# Aim of the task:
Below are the entries; give again exactly the lines from the one mentioning "v -2.966 0.447 567" through the one mentioning "v -0.668 2.925 567", inclusive.

# Provided entries:

==================================================

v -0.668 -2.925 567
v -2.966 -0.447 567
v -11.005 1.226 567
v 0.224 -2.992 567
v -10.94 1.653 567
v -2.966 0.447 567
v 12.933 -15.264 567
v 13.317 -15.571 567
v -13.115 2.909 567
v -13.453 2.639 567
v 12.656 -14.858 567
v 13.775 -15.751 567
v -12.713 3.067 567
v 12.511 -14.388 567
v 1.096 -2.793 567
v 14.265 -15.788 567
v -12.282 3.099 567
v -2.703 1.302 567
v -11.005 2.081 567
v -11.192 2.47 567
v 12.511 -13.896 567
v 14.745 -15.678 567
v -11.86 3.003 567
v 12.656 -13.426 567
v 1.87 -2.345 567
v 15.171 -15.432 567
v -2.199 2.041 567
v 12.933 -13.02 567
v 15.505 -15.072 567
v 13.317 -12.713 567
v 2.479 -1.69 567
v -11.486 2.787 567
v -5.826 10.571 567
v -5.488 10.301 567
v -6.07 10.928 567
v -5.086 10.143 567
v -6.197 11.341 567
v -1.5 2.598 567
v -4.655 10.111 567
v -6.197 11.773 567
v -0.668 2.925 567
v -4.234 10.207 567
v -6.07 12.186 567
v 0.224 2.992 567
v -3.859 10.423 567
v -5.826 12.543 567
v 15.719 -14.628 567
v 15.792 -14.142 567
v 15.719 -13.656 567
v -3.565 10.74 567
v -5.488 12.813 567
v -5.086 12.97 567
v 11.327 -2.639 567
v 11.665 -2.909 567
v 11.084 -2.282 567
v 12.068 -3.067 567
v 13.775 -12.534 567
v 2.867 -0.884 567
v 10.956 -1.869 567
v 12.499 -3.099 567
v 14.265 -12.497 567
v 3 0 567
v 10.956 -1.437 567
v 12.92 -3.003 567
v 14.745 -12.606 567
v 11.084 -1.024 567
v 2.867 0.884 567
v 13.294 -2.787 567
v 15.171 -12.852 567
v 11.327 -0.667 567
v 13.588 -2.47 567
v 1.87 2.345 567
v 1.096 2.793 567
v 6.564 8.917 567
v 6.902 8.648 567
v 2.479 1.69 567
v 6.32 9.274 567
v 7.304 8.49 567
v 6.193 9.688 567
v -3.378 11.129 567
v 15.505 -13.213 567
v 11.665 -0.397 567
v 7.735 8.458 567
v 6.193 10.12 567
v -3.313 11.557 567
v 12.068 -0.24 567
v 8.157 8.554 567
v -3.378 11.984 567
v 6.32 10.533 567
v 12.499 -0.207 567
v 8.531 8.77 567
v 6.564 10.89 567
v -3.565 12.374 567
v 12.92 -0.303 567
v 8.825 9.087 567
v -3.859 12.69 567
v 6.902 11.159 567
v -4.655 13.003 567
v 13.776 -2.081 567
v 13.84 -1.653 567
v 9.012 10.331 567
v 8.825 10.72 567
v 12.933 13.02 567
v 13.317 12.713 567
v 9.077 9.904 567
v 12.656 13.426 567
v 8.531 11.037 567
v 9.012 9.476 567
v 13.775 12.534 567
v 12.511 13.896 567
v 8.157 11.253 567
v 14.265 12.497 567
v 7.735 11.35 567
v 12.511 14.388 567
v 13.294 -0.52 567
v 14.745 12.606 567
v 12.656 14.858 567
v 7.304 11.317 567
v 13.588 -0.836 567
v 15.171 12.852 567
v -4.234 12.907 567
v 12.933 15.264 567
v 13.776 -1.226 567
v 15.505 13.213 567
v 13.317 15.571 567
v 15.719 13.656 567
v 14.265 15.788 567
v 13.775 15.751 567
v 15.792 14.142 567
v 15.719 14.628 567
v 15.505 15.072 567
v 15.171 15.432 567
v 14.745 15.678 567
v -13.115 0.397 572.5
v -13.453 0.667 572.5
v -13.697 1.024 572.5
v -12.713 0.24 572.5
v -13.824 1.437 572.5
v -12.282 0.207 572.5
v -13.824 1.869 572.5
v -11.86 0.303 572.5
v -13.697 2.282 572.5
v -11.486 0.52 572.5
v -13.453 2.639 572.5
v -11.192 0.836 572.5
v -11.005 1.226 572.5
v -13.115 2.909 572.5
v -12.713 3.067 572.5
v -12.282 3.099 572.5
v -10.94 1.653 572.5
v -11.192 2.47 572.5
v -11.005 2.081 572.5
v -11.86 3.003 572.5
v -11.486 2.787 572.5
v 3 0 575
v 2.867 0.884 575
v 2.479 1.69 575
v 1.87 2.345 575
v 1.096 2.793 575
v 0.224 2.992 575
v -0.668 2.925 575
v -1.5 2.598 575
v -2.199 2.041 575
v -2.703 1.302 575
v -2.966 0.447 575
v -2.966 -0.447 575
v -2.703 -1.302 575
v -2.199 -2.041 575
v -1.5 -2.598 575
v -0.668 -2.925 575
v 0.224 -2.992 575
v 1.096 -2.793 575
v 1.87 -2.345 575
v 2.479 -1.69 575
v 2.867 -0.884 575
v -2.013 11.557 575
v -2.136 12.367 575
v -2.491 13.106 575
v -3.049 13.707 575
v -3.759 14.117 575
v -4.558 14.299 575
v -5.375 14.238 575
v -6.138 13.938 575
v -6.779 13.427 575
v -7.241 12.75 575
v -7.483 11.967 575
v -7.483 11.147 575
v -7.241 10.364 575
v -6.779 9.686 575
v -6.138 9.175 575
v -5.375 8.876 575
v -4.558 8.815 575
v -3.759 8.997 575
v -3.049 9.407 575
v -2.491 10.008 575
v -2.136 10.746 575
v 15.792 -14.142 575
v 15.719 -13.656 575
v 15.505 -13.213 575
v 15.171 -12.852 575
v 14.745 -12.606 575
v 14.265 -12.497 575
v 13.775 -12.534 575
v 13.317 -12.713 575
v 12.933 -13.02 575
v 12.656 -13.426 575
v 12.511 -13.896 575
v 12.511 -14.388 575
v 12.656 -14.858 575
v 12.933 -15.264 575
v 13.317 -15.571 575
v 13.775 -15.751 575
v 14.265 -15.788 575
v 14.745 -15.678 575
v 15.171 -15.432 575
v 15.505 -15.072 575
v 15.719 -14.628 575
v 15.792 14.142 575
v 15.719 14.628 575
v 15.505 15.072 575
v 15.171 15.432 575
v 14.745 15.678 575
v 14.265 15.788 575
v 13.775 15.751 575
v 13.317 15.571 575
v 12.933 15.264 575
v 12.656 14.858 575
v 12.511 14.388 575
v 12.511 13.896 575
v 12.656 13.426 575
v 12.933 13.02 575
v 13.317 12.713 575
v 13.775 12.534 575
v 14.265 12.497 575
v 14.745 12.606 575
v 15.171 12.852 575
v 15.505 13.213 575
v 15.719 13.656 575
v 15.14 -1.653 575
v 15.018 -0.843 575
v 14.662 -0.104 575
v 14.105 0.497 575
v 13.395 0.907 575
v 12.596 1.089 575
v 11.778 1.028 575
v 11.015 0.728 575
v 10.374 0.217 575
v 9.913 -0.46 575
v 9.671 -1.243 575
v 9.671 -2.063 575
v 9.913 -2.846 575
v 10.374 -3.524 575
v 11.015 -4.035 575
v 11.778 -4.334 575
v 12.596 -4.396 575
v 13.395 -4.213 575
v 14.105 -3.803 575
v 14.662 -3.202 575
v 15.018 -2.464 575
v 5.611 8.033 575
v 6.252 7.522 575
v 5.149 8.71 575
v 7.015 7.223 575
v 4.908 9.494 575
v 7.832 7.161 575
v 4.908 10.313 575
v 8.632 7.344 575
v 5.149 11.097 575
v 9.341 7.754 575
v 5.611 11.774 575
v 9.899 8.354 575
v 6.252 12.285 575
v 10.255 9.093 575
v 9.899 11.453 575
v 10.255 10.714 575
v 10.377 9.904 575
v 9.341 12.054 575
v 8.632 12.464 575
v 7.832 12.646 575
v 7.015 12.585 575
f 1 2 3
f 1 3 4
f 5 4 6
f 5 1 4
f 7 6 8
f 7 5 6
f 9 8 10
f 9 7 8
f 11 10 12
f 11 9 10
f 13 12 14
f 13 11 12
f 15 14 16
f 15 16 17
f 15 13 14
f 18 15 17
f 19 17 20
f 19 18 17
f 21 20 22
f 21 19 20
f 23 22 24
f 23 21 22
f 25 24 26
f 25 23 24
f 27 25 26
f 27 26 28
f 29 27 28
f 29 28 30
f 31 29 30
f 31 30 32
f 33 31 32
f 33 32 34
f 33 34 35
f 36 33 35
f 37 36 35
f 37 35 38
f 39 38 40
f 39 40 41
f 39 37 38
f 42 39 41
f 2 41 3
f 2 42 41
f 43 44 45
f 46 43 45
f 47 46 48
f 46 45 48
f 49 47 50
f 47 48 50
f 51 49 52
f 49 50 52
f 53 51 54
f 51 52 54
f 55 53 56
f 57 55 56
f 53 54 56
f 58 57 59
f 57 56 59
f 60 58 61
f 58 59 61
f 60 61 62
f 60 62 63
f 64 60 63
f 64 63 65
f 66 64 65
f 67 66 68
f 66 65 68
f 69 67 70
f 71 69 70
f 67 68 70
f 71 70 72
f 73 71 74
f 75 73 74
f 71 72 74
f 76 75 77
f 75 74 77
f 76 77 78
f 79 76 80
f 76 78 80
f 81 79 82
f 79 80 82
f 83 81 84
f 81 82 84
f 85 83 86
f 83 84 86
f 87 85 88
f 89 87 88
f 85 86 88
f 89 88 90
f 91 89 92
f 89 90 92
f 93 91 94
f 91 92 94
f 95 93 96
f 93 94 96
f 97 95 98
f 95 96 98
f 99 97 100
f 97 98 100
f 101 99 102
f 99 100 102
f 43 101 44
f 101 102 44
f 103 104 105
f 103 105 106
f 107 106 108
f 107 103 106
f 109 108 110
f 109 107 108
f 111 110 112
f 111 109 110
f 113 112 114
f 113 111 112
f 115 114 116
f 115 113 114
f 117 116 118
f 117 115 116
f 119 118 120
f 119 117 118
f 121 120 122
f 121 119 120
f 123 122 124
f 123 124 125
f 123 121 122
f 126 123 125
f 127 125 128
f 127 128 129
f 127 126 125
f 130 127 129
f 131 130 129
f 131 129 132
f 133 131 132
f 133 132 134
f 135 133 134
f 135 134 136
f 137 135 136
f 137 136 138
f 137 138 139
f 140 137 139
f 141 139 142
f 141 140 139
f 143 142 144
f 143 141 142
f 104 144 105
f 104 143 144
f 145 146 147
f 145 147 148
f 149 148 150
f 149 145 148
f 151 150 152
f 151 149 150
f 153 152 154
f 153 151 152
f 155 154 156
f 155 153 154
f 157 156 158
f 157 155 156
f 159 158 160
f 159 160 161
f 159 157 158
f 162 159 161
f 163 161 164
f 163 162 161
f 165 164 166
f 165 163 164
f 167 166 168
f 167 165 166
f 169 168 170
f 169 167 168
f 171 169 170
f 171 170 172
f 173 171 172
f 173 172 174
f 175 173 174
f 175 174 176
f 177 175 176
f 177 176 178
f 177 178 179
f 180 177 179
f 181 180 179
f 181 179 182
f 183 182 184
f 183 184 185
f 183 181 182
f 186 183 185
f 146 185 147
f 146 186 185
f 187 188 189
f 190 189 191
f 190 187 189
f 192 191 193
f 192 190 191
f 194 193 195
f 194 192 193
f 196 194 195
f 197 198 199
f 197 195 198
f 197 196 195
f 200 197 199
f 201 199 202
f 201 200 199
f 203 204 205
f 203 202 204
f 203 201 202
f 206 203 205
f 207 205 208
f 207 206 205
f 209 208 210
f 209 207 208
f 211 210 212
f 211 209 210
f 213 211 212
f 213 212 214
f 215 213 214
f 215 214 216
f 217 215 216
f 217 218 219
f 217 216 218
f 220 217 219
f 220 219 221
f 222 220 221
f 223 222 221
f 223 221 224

==================================================

# Answer to this exercise:
v -2.966 0.447 567
v 12.933 -15.264 567
v 13.317 -15.571 567
v -13.115 2.909 567
v -13.453 2.639 567
v 12.656 -14.858 567
v 13.775 -15.751 567
v -12.713 3.067 567
v 12.511 -14.388 567
v 1.096 -2.793 567
v 14.265 -15.788 567
v -12.282 3.099 567
v -2.703 1.302 567
v -11.005 2.081 567
v -11.192 2.47 567
v 12.511 -13.896 567
v 14.745 -15.678 567
v -11.86 3.003 567
v 12.656 -13.426 567
v 1.87 -2.345 567
v 15.171 -15.432 567
v -2.199 2.041 567
v 12.933 -13.02 567
v 15.505 -15.072 567
v 13.317 -12.713 567
v 2.479 -1.69 567
v -11.486 2.787 567
v -5.826 10.571 567
v -5.488 10.301 567
v -6.07 10.928 567
v -5.086 10.143 567
v -6.197 11.341 567
v -1.5 2.598 567
v -4.655 10.111 567
v -6.197 11.773 567
v -0.668 2.925 567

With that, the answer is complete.